[The data — start]

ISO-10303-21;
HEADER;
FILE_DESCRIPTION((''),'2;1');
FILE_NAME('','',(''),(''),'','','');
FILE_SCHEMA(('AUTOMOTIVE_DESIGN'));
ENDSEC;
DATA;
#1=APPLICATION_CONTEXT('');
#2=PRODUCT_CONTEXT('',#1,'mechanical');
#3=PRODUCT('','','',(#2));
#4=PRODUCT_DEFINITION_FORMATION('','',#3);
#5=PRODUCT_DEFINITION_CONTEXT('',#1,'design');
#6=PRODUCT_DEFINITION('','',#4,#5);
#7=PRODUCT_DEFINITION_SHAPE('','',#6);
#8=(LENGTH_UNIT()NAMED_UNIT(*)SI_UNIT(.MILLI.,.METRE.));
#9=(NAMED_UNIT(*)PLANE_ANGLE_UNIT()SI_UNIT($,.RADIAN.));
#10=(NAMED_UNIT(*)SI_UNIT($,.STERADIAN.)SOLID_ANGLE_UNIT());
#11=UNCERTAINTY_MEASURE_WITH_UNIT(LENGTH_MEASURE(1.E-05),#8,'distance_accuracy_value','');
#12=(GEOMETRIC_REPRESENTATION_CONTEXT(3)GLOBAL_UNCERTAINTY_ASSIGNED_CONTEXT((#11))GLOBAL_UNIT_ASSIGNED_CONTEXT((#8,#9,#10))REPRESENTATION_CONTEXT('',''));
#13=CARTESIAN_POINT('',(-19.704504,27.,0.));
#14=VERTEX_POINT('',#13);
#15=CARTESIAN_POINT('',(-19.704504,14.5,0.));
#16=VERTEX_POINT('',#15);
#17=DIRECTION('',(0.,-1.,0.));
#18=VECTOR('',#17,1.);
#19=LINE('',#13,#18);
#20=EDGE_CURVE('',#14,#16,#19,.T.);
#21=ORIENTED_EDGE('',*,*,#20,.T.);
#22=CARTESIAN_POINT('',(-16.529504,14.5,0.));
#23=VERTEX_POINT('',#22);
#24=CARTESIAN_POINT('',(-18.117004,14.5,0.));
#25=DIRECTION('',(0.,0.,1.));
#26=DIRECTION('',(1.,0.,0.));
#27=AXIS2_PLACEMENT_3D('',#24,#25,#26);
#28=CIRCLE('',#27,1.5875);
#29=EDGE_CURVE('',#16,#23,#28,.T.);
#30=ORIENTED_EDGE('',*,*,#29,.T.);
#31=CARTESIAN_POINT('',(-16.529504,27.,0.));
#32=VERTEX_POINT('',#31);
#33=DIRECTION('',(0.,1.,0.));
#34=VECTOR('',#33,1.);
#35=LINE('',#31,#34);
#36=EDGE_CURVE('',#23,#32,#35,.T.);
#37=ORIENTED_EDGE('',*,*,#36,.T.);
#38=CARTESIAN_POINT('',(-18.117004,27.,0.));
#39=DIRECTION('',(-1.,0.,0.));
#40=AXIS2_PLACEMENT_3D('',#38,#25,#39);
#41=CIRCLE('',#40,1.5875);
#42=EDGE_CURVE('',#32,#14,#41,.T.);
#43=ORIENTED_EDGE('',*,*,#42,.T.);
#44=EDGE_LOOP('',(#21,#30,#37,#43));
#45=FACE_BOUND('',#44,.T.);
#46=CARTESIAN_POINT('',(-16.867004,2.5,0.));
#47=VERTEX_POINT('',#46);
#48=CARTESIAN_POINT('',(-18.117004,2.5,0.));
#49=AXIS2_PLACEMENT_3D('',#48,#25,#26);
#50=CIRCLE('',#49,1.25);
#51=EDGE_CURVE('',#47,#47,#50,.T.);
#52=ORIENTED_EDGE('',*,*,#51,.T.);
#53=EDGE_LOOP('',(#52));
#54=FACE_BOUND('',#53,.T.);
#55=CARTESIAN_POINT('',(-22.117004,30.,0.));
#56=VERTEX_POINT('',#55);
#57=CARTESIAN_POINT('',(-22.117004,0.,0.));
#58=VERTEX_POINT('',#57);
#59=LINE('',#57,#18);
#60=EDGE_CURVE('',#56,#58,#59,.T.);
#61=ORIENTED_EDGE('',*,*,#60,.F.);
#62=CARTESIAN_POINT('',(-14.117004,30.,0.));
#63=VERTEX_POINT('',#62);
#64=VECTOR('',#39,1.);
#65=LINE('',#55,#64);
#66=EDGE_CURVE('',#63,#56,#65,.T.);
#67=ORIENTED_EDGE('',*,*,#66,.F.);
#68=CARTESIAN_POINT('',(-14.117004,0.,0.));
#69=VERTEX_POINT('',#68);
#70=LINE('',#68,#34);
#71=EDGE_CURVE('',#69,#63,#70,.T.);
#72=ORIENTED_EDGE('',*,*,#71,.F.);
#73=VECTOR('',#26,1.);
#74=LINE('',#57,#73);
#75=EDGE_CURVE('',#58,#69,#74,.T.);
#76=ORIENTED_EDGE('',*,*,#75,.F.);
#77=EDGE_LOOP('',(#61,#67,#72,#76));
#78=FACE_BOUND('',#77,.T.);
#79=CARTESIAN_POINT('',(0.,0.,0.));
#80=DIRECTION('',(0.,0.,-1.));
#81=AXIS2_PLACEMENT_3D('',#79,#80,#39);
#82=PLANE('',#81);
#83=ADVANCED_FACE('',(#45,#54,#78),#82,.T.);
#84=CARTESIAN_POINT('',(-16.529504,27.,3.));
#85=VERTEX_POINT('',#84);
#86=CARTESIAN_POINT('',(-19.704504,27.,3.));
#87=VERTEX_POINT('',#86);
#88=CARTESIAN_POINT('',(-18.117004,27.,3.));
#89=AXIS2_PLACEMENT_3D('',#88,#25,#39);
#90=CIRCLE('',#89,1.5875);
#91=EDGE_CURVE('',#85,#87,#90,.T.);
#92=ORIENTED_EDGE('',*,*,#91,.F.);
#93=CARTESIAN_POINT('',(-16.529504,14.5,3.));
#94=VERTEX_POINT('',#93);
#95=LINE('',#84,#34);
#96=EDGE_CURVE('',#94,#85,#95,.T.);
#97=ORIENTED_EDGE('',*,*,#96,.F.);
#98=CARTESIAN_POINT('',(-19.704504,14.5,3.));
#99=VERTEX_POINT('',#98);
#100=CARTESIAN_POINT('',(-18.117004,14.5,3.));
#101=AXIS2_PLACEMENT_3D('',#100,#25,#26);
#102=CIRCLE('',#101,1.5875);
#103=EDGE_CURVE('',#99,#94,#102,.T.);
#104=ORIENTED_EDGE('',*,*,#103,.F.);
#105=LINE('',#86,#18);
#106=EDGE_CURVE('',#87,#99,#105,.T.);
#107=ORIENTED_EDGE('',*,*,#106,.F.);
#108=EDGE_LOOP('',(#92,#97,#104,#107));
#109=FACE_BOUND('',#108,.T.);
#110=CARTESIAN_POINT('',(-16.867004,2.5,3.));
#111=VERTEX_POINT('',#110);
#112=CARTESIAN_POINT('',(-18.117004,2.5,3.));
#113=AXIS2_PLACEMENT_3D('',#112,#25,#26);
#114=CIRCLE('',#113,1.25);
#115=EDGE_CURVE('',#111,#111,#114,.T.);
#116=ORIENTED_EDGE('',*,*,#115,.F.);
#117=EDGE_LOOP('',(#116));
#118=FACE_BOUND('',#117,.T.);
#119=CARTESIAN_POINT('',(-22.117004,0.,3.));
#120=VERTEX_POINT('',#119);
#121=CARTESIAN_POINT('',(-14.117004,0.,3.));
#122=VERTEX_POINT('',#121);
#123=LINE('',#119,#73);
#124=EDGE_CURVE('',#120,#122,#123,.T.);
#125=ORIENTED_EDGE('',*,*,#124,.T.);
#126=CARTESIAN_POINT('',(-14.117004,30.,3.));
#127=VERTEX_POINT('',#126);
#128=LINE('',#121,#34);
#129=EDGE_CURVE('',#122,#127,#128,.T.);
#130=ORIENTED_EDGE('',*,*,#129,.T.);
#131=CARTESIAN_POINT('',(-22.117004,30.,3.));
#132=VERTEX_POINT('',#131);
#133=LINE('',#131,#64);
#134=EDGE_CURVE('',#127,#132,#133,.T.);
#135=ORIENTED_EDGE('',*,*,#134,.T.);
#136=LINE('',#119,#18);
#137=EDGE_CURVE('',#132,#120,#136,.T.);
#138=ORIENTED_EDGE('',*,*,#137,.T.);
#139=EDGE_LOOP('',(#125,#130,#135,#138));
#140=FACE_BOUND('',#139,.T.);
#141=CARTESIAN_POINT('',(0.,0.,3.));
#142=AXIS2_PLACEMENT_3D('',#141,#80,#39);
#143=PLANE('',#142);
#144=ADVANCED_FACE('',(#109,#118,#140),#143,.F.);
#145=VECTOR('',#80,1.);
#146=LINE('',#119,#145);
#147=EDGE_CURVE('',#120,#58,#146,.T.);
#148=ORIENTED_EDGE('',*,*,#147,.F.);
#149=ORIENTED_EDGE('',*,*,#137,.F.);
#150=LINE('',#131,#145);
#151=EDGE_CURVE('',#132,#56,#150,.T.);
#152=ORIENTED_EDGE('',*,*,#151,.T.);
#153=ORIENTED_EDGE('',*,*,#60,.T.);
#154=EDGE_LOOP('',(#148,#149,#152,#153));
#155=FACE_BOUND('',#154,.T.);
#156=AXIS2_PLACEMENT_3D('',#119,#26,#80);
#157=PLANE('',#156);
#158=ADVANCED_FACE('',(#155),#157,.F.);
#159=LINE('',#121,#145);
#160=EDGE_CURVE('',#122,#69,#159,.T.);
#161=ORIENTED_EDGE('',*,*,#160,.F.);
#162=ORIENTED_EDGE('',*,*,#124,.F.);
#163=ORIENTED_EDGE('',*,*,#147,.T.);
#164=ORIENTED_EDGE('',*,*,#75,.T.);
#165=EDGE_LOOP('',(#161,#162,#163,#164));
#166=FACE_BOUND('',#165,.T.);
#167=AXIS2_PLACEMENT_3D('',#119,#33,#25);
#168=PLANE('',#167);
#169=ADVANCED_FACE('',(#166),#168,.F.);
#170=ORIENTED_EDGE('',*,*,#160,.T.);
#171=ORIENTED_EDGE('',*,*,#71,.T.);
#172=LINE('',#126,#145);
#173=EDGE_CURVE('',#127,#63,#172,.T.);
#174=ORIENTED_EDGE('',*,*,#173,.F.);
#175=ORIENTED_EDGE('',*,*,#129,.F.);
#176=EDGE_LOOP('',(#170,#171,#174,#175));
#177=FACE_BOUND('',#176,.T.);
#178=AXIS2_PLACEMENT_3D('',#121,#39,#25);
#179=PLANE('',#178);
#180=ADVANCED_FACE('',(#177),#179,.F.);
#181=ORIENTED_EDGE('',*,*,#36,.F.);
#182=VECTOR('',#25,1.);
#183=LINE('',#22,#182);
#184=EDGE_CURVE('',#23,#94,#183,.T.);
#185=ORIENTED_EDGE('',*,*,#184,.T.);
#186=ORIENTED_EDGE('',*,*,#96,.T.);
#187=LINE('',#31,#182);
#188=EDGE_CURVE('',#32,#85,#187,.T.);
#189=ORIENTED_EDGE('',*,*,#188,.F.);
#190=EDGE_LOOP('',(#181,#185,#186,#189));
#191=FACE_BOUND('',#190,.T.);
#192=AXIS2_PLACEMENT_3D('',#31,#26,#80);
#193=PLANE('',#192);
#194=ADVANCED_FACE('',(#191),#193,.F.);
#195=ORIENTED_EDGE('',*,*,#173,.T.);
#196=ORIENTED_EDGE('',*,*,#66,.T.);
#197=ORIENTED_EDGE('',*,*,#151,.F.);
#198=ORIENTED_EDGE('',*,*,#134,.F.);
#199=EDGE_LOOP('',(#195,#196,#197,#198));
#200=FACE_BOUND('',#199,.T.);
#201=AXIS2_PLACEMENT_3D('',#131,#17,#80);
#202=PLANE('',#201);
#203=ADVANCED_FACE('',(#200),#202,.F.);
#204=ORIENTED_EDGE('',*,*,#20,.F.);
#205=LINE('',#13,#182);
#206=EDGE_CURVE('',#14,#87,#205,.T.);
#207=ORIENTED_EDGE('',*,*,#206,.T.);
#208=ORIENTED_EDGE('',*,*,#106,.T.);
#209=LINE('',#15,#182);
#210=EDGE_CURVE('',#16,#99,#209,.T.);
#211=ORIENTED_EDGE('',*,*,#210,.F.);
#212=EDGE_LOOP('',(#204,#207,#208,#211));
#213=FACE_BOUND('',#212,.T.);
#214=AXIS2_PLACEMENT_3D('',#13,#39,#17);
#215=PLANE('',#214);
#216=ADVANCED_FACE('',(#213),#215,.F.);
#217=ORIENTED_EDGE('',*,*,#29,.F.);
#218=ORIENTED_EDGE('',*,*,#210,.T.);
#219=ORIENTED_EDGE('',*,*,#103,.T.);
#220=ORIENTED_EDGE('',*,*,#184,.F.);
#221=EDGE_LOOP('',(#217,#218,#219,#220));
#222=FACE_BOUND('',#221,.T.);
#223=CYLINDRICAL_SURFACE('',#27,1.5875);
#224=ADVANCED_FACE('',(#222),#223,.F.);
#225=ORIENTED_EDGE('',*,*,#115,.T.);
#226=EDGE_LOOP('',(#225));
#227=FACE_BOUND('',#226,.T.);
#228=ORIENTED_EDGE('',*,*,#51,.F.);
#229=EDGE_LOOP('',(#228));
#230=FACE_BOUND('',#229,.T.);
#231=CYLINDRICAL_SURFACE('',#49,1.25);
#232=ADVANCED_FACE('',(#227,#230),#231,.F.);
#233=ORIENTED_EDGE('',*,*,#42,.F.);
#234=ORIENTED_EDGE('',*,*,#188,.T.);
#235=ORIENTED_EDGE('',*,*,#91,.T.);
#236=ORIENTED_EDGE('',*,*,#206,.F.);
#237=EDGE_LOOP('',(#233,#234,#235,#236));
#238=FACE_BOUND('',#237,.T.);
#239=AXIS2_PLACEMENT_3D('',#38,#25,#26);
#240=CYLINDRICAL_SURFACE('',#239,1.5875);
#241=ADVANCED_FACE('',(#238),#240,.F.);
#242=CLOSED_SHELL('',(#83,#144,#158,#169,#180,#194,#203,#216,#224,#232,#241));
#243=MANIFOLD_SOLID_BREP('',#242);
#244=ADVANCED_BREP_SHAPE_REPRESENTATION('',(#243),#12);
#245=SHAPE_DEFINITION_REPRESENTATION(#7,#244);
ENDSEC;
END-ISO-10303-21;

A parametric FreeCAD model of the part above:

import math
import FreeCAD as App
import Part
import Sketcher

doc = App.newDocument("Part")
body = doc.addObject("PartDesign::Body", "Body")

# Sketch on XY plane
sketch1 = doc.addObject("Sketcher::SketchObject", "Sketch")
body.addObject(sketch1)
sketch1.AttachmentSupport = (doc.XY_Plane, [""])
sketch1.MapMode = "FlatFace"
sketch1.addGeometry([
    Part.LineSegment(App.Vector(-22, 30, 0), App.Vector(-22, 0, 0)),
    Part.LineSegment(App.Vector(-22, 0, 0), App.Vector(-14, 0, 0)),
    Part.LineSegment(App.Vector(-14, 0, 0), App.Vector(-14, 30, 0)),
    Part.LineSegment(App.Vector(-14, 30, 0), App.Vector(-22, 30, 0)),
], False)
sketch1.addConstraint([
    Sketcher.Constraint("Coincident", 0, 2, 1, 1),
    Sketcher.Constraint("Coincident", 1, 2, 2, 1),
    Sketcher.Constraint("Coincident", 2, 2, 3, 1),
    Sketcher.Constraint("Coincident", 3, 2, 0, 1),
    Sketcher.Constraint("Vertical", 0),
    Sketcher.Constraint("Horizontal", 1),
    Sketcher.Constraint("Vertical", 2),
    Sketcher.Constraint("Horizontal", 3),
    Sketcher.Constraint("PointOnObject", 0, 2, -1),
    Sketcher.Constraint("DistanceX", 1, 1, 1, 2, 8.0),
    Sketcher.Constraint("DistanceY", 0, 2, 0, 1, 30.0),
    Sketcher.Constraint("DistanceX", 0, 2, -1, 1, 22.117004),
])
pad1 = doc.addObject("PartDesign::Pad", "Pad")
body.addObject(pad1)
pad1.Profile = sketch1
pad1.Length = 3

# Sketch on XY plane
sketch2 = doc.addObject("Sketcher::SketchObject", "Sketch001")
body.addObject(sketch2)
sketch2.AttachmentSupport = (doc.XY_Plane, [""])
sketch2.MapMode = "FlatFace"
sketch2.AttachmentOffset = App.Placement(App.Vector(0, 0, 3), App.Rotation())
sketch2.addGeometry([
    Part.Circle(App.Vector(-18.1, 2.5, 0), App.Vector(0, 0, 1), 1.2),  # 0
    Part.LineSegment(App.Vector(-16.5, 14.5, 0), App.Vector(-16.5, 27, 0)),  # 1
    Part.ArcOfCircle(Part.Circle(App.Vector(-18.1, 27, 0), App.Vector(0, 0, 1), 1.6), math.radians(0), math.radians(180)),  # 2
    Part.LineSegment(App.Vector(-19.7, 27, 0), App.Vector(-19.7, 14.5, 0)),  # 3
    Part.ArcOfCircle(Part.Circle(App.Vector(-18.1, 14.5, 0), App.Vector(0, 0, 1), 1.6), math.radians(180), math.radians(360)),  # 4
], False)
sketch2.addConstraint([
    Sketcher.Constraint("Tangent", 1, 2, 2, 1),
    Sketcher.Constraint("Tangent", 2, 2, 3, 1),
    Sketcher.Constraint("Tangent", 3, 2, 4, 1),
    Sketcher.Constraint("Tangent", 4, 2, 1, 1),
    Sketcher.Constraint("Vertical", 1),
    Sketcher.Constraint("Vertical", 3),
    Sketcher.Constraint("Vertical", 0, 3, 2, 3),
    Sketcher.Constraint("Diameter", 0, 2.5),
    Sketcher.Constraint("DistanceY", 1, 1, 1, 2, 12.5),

[The data — finish]
[The data — start]

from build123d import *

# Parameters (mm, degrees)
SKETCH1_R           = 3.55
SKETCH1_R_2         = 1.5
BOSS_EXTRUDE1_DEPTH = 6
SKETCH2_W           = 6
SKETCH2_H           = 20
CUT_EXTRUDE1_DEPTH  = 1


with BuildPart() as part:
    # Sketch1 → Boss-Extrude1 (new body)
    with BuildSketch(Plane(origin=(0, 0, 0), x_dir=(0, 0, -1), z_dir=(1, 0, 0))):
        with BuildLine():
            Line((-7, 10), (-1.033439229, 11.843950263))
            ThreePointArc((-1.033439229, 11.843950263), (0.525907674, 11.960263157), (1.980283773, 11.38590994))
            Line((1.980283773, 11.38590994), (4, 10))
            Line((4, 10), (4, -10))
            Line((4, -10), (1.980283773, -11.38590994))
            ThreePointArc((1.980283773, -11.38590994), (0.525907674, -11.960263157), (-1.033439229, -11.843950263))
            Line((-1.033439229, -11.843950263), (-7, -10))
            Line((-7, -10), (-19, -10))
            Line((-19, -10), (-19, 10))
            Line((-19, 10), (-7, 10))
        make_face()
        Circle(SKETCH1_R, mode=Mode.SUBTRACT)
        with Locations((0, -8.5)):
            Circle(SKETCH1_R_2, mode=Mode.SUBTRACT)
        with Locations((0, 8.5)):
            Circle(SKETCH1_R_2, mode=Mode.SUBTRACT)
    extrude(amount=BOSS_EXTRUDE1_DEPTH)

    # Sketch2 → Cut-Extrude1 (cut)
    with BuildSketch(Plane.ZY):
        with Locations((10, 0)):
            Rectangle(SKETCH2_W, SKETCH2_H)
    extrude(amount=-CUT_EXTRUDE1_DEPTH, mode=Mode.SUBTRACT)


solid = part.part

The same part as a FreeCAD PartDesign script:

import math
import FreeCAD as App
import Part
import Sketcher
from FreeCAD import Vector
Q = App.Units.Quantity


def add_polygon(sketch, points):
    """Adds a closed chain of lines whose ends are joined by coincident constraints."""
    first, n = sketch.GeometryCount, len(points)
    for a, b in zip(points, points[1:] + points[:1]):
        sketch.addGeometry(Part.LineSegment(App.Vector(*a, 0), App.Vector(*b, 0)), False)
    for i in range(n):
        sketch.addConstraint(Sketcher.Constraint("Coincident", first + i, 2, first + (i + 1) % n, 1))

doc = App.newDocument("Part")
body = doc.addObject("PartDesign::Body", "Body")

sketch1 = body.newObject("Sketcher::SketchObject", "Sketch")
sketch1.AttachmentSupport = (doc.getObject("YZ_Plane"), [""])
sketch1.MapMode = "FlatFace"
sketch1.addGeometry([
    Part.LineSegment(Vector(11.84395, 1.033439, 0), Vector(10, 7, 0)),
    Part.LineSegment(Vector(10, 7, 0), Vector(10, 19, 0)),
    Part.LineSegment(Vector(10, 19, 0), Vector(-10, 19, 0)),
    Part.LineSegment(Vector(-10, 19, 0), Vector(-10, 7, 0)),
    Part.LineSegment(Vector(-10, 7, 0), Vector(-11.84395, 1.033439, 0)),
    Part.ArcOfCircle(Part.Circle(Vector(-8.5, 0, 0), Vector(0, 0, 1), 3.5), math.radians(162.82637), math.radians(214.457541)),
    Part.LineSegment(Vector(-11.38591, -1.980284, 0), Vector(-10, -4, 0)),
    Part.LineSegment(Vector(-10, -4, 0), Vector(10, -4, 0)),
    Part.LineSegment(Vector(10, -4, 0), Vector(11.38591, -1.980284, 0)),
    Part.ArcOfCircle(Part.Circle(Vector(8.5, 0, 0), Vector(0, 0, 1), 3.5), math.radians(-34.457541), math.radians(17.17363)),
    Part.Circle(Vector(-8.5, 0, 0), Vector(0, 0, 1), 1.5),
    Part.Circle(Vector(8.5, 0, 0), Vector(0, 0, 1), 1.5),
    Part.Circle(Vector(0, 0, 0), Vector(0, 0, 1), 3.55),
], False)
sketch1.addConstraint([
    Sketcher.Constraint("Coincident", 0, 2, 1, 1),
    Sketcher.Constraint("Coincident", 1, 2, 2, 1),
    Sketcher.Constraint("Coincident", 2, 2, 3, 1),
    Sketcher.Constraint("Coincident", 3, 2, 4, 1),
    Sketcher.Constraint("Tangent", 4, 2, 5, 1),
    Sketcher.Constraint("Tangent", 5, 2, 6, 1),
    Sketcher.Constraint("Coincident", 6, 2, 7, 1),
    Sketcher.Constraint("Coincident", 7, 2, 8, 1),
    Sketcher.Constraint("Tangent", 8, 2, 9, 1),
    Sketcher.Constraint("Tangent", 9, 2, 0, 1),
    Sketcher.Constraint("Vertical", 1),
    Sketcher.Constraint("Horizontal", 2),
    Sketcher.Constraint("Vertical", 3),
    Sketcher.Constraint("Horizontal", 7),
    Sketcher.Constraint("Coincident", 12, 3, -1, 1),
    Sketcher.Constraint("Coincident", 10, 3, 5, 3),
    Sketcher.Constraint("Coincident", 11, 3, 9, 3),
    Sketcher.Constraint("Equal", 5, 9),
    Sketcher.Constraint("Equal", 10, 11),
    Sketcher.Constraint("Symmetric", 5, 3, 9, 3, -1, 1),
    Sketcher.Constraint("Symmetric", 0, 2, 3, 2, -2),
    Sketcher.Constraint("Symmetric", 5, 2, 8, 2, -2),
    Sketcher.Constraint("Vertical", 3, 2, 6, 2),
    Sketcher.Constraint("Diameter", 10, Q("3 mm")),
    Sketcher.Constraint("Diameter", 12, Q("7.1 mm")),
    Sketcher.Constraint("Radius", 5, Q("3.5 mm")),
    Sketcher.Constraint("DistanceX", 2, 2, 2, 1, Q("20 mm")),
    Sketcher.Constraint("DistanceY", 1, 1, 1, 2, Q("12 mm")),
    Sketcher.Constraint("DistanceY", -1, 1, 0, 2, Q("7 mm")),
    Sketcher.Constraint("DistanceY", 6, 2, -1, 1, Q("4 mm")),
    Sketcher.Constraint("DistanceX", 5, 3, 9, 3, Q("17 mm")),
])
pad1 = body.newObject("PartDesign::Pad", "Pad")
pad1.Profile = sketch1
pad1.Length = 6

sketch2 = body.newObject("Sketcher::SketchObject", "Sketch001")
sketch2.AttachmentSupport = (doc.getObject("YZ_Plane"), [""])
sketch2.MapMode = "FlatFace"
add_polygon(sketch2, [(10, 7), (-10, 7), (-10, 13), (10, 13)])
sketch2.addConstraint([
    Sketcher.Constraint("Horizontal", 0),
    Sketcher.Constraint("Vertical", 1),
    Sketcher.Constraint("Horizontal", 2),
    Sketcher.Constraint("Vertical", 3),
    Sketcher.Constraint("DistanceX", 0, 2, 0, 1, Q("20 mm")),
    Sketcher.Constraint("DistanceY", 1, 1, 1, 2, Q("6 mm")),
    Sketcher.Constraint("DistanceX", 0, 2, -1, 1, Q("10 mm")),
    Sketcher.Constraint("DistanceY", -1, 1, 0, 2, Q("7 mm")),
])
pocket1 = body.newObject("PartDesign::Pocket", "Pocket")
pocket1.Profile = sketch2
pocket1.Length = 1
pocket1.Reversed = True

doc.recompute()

[The data — finish]

» Aim of the task: Only the number is wanted: how many lines of these entries contain the string "ThreePointArc"?

» Completed task: 2